For the entries below, repeat exactly each line starting with the one that contains "f 613 609 369" and going on through the one that contains "f 520 301 349", and no others.

(Collected data)
- - - - - - -

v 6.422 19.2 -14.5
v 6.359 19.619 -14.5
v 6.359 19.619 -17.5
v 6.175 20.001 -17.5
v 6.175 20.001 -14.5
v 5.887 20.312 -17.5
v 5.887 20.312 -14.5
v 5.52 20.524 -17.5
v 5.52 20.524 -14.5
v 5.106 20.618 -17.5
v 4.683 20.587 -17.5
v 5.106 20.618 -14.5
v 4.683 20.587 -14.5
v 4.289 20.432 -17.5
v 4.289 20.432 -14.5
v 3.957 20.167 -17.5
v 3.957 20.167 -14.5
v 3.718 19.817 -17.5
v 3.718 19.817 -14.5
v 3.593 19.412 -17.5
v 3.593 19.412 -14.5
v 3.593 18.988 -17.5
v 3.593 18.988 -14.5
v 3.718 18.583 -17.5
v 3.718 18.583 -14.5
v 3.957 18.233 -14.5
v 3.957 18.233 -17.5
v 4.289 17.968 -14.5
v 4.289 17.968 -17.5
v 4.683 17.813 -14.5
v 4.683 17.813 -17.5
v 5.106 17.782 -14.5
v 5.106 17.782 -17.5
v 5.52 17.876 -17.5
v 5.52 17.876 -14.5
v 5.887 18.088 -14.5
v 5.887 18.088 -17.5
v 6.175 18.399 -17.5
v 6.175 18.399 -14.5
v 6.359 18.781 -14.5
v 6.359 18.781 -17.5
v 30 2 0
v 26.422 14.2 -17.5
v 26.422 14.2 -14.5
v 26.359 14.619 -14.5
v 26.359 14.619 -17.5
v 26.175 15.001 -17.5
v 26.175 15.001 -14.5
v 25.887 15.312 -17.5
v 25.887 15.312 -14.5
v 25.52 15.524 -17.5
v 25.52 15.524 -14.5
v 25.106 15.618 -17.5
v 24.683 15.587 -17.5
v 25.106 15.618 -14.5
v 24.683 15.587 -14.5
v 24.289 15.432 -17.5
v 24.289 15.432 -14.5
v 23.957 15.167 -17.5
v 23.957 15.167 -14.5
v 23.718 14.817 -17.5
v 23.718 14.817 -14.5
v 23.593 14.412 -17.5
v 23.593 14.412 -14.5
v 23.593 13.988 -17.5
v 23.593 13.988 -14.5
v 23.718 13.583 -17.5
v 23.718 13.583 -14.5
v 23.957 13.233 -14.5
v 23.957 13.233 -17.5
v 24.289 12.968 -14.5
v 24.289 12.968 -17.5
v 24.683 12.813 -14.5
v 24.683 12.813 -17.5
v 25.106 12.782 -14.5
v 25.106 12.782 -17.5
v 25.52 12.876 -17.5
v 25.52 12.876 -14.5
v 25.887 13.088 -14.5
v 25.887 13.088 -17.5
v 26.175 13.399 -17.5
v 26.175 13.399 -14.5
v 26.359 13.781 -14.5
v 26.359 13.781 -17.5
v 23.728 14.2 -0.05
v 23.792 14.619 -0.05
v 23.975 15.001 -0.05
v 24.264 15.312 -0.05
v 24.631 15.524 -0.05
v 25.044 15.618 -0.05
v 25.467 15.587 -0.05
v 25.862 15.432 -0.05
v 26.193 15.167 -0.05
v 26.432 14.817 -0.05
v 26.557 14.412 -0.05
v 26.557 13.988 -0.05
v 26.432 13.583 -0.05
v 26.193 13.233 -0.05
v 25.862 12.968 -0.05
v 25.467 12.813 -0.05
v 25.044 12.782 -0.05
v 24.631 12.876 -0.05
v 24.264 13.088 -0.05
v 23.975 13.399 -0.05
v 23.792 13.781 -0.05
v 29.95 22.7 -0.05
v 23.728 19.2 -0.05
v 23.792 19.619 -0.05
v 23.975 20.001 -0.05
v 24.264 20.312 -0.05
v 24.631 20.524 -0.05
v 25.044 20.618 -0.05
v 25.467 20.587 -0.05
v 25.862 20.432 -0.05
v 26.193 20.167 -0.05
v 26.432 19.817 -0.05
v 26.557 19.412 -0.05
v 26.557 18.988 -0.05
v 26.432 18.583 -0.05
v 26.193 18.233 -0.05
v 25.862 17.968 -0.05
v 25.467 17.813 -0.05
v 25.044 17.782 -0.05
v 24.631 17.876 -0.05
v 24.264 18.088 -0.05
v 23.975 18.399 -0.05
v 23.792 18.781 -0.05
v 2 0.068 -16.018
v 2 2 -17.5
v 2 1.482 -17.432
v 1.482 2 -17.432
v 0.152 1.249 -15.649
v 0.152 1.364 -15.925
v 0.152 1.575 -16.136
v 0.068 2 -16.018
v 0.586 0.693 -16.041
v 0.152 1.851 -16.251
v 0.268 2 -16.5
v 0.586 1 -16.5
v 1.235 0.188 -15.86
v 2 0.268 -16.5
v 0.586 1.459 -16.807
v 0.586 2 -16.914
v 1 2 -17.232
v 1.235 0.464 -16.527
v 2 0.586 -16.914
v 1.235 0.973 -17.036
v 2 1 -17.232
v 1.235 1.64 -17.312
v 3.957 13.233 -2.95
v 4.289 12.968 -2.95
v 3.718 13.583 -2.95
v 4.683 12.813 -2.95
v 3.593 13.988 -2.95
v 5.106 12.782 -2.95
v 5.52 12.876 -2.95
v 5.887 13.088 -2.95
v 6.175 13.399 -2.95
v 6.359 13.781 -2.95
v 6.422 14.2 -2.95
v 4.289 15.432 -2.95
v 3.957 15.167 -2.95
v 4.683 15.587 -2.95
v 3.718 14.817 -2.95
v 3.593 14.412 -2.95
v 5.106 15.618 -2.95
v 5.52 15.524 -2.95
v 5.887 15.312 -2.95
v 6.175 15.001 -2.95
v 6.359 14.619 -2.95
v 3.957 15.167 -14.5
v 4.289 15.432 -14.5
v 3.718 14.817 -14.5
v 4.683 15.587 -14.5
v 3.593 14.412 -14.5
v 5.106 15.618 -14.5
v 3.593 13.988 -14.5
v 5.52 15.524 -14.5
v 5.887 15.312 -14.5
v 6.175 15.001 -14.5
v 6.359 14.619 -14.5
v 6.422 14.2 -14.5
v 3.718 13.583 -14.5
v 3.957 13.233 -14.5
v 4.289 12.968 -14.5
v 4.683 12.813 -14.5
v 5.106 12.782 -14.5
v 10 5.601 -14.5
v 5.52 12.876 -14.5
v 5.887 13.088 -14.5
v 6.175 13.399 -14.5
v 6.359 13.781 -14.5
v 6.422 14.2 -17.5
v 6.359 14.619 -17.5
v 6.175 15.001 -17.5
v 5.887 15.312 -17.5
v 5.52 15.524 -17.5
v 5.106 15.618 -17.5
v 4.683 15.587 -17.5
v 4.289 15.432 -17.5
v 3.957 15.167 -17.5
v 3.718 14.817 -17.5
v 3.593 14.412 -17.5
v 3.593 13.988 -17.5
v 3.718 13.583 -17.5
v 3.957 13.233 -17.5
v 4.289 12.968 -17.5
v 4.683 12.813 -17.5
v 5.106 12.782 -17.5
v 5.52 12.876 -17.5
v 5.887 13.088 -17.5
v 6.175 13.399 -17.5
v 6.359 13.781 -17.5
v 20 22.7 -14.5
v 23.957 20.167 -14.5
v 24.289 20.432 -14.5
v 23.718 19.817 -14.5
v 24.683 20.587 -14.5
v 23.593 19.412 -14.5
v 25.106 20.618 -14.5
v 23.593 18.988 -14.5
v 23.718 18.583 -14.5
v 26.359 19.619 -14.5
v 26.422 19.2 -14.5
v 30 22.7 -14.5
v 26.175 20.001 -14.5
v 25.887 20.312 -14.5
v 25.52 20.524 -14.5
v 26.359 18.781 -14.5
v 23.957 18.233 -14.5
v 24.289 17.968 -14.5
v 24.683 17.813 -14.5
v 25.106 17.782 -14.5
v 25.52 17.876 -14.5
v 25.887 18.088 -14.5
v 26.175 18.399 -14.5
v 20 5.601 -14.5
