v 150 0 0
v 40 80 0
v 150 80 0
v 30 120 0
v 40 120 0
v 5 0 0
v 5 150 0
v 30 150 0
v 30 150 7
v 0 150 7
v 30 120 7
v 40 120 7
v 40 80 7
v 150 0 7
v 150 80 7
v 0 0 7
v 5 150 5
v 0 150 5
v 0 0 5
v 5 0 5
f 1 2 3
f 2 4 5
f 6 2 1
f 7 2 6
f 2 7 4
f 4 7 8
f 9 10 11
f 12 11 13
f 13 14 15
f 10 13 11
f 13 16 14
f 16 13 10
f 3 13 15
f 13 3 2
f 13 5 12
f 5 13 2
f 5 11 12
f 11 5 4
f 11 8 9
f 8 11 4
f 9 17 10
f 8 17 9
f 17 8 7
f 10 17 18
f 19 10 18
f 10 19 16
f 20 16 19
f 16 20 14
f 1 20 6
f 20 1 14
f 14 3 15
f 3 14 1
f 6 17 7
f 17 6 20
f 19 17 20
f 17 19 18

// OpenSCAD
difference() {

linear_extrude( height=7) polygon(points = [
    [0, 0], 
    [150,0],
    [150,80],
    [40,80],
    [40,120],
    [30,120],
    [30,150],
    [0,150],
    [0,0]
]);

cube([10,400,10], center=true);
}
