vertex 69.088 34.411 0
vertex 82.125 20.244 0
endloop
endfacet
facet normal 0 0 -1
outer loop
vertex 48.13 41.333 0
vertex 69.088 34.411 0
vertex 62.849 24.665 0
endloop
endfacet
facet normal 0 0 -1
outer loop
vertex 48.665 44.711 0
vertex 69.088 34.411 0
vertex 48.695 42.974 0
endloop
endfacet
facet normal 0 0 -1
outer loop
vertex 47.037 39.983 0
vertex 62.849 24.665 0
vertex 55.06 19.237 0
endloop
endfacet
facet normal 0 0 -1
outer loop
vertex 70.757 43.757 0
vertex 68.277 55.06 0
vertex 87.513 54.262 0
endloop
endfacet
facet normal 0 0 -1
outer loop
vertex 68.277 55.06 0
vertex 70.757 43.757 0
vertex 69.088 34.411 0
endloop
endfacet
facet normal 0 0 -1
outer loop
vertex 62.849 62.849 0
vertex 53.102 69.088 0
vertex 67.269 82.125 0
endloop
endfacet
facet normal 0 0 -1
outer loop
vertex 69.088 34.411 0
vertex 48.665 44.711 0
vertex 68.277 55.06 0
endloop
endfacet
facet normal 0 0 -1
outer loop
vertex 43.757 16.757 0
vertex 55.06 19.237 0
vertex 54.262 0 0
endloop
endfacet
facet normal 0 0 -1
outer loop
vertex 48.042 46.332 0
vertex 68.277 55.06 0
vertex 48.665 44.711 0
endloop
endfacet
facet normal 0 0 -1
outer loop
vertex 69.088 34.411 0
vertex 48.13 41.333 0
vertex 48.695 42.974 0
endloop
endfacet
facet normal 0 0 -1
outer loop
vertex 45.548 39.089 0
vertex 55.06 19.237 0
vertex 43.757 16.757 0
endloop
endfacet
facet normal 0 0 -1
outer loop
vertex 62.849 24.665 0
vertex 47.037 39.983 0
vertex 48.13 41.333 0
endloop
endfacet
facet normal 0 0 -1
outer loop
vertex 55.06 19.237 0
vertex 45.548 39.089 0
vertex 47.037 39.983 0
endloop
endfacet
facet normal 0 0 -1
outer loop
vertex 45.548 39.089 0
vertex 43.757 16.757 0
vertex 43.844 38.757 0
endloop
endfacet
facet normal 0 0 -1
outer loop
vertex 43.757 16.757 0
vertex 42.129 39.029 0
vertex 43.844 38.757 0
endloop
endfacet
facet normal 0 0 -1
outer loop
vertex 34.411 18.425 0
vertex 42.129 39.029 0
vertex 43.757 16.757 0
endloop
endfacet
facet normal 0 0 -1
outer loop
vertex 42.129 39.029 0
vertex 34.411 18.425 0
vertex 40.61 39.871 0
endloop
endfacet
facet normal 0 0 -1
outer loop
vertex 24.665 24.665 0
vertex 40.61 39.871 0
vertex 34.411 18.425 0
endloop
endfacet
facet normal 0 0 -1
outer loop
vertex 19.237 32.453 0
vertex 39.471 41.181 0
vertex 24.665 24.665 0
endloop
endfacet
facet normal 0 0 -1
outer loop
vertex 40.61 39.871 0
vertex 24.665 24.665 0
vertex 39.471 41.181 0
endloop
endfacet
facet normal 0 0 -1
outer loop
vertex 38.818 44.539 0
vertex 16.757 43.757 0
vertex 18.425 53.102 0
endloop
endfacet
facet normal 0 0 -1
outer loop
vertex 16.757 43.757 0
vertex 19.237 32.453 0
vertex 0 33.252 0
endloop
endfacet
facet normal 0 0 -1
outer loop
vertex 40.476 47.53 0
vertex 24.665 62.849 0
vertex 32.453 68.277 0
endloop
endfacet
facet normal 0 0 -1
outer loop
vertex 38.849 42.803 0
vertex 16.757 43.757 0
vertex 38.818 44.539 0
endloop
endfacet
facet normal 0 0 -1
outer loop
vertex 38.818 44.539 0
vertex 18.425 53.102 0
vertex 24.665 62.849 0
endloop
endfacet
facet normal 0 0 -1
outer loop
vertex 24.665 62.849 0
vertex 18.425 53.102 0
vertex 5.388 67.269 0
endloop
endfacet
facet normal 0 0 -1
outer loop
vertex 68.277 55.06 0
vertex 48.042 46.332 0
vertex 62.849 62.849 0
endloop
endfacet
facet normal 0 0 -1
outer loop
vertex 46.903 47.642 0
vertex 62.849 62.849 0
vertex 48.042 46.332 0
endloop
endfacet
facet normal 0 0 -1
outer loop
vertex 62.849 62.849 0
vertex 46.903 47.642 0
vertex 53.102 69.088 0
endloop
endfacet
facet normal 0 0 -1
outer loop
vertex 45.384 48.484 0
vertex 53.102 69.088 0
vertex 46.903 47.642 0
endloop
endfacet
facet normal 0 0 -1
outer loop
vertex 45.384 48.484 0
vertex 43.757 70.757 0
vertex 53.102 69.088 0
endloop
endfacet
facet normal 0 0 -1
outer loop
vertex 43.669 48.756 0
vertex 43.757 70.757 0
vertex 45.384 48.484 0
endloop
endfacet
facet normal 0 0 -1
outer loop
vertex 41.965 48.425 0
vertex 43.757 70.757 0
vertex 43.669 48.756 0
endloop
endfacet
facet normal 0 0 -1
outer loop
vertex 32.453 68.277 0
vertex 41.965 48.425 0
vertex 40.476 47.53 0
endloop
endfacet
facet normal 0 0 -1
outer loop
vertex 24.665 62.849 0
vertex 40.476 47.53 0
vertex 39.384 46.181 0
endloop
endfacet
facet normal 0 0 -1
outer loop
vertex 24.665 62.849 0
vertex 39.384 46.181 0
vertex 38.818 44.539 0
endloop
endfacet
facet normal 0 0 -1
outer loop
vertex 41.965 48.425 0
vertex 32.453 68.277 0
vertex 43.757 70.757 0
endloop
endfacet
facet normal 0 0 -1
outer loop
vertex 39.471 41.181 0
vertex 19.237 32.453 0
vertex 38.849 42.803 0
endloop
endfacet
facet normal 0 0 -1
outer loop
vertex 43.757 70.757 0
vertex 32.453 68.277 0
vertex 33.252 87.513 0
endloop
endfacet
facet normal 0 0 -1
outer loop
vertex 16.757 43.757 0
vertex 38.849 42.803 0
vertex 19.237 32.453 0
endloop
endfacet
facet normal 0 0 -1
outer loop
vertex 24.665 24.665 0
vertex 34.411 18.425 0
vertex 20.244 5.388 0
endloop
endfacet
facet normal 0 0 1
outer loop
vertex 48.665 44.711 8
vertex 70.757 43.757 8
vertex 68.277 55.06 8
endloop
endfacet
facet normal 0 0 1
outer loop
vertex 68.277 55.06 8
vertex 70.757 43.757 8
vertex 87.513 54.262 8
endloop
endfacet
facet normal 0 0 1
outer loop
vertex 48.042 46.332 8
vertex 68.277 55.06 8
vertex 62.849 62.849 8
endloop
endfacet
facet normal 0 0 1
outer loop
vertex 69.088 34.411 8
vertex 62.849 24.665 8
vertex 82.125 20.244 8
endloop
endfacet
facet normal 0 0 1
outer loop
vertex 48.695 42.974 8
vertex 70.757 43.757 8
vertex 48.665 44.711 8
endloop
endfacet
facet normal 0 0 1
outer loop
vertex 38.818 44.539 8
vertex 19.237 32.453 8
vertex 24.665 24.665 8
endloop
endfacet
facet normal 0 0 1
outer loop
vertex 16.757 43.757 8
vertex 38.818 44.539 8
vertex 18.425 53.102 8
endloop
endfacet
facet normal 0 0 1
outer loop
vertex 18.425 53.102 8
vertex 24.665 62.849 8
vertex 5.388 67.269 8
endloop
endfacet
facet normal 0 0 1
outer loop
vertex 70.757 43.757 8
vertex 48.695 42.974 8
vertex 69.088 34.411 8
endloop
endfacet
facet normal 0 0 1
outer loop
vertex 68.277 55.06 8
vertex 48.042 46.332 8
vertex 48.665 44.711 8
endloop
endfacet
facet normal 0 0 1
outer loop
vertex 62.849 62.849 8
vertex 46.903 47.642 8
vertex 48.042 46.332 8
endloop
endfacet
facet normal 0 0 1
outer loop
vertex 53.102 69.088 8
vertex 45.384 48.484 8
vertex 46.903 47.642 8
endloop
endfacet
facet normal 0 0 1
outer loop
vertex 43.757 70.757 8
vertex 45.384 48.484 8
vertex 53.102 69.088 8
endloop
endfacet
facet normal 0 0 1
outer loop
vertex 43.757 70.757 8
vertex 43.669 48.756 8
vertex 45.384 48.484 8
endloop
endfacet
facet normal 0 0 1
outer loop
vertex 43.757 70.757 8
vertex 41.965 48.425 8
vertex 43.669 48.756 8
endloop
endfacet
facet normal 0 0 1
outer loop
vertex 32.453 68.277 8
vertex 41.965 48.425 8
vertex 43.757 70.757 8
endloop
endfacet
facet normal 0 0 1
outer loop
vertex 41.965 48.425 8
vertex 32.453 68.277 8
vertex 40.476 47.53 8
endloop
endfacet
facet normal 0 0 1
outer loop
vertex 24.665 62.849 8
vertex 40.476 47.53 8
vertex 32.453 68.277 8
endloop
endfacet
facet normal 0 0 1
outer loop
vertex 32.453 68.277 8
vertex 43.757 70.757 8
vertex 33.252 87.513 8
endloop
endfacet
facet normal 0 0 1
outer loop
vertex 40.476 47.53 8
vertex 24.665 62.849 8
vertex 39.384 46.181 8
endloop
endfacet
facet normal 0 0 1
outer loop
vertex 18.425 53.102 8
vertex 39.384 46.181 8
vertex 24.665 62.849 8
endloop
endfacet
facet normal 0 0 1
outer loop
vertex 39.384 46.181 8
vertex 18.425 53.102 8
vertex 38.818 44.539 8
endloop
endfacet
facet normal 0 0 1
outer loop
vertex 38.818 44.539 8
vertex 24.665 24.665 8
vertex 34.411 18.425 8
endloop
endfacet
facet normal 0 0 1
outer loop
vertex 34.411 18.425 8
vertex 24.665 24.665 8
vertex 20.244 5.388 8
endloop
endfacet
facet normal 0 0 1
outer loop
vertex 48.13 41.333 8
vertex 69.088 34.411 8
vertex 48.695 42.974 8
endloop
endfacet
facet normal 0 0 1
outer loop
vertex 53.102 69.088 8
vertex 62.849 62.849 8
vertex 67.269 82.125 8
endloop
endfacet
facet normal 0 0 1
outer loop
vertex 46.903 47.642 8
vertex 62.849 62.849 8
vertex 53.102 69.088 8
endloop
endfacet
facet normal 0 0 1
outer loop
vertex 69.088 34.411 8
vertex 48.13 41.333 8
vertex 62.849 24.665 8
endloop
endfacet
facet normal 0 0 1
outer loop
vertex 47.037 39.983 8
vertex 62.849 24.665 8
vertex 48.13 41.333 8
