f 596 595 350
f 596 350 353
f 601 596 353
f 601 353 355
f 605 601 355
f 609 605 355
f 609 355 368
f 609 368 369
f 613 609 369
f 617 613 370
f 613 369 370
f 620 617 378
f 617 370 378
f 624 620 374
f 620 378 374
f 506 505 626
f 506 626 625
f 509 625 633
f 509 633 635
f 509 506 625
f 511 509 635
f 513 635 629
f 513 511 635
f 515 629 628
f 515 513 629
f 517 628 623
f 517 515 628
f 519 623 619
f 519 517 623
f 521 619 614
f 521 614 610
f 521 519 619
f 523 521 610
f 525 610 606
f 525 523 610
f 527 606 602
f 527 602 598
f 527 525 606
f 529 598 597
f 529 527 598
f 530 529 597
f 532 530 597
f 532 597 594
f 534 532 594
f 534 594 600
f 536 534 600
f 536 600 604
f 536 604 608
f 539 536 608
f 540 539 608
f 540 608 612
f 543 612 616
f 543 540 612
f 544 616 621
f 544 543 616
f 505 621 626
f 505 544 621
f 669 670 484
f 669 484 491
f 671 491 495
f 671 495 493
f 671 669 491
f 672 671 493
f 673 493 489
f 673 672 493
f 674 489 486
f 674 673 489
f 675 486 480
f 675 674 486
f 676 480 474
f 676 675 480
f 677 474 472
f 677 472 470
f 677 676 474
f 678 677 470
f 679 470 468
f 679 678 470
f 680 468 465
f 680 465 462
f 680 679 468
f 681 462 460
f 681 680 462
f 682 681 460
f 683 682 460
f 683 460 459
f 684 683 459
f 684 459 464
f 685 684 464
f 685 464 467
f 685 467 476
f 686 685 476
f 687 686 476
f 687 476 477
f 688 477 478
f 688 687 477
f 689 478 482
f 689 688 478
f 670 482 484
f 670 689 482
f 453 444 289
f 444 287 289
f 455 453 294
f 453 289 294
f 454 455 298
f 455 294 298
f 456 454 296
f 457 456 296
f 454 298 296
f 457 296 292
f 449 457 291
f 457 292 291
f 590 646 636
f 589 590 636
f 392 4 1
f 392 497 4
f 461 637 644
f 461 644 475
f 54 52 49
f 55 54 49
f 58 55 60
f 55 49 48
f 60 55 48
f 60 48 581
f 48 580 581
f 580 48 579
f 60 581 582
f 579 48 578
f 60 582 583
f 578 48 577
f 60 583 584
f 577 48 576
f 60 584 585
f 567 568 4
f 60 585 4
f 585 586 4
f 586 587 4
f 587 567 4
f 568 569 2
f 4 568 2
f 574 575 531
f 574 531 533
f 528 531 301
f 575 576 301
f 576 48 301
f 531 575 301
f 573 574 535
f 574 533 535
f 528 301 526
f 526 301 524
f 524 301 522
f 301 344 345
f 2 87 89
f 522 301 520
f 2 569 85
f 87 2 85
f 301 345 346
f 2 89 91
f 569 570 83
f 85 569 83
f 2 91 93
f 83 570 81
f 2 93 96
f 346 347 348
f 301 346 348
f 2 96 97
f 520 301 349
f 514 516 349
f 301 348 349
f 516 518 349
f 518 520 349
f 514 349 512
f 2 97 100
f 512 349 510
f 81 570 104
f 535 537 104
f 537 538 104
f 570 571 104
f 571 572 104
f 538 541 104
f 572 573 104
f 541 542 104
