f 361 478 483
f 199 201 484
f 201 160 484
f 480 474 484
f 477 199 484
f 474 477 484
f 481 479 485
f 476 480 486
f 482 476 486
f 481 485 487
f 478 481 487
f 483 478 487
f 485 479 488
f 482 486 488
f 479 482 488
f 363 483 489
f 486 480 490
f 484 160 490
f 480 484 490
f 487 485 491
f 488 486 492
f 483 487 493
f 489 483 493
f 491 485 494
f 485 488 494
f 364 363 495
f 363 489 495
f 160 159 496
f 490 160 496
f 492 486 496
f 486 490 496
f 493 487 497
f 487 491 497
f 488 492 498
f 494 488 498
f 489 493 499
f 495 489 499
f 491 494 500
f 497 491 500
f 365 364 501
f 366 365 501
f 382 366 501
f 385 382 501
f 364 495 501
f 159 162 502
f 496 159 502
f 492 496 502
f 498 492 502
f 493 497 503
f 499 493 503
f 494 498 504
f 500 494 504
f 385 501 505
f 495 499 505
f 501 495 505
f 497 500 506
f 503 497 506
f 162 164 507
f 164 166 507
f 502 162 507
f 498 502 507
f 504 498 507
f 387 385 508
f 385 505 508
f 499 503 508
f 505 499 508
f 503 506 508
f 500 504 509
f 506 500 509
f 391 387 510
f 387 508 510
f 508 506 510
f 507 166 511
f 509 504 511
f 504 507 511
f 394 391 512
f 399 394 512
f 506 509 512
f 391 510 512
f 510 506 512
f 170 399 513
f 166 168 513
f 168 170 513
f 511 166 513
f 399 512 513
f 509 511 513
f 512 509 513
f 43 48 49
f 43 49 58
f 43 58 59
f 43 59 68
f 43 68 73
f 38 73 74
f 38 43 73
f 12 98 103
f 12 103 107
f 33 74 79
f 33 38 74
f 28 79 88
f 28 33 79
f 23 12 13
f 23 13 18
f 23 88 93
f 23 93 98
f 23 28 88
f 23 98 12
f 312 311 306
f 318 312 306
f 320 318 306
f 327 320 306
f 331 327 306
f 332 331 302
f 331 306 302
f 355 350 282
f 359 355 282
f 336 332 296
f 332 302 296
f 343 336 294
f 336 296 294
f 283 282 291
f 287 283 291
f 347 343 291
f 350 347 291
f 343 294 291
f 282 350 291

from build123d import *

- - - - - - -

Solved problem:
f 613 609 369
f 617 613 370
f 613 369 370
f 620 617 378
f 617 370 378
f 624 620 374
f 620 378 374
f 506 505 626
f 506 626 625
f 509 625 633
f 509 633 635
f 509 506 625
f 511 509 635
f 513 635 629
f 513 511 635
f 515 629 628
f 515 513 629
f 517 628 623
f 517 515 628
f 519 623 619
f 519 517 623
f 521 619 614
f 521 614 610
f 521 519 619
f 523 521 610
f 525 610 606
f 525 523 610
f 527 606 602
f 527 602 598
f 527 525 606
f 529 598 597
f 529 527 598
f 530 529 597
f 532 530 597
f 532 597 594
f 534 532 594
f 534 594 600
f 536 534 600
f 536 600 604
f 536 604 608
f 539 536 608
f 540 539 608
f 540 608 612
f 543 612 616
f 543 540 612
f 544 616 621
f 544 543 616
f 505 621 626
f 505 544 621
f 669 670 484
f 669 484 491
f 671 491 495
f 671 495 493
f 671 669 491
f 672 671 493
f 673 493 489
f 673 672 493
f 674 489 486
f 674 673 489
f 675 486 480
f 675 674 486
f 676 480 474
f 676 675 480
f 677 474 472
f 677 472 470
f 677 676 474
f 678 677 470
f 679 470 468
f 679 678 470
f 680 468 465
f 680 465 462
f 680 679 468
f 681 462 460
f 681 680 462
f 682 681 460
f 683 682 460
f 683 460 459
f 684 683 459
f 684 459 464
f 685 684 464
f 685 464 467
f 685 467 476
f 686 685 476
f 687 686 476
f 687 476 477
f 688 477 478
f 688 687 477
f 689 478 482
f 689 688 478
f 670 482 484
f 670 689 482
f 453 444 289
f 444 287 289
f 455 453 294
f 453 289 294
f 454 455 298
f 455 294 298
f 456 454 296
f 457 456 296
f 454 298 296
f 457 296 292
f 449 457 291
f 457 292 291
f 590 646 636
f 589 590 636
f 392 4 1
f 392 497 4
f 461 637 644
f 461 644 475
f 54 52 49
f 55 54 49
f 58 55 60
f 55 49 48
f 60 55 48
f 60 48 581
f 48 580 581
f 580 48 579
f 60 581 582
f 579 48 578
f 60 582 583
f 578 48 577
f 60 583 584
f 577 48 576
f 60 584 585
f 567 568 4
f 60 585 4
f 585 586 4
f 586 587 4
f 587 567 4
f 568 569 2
f 4 568 2
f 574 575 531
f 574 531 533
f 528 531 301
f 575 576 301
f 576 48 301
f 531 575 301
f 573 574 535
f 574 533 535
f 528 301 526
f 526 301 524
f 524 301 522
f 301 344 345
f 2 87 89
f 522 301 520
f 2 569 85
f 87 2 85
f 301 345 346
f 2 89 91
f 569 570 83
f 85 569 83
f 2 91 93
f 83 570 81
f 2 93 96
f 346 347 348
f 301 346 348
f 2 96 97
f 520 301 349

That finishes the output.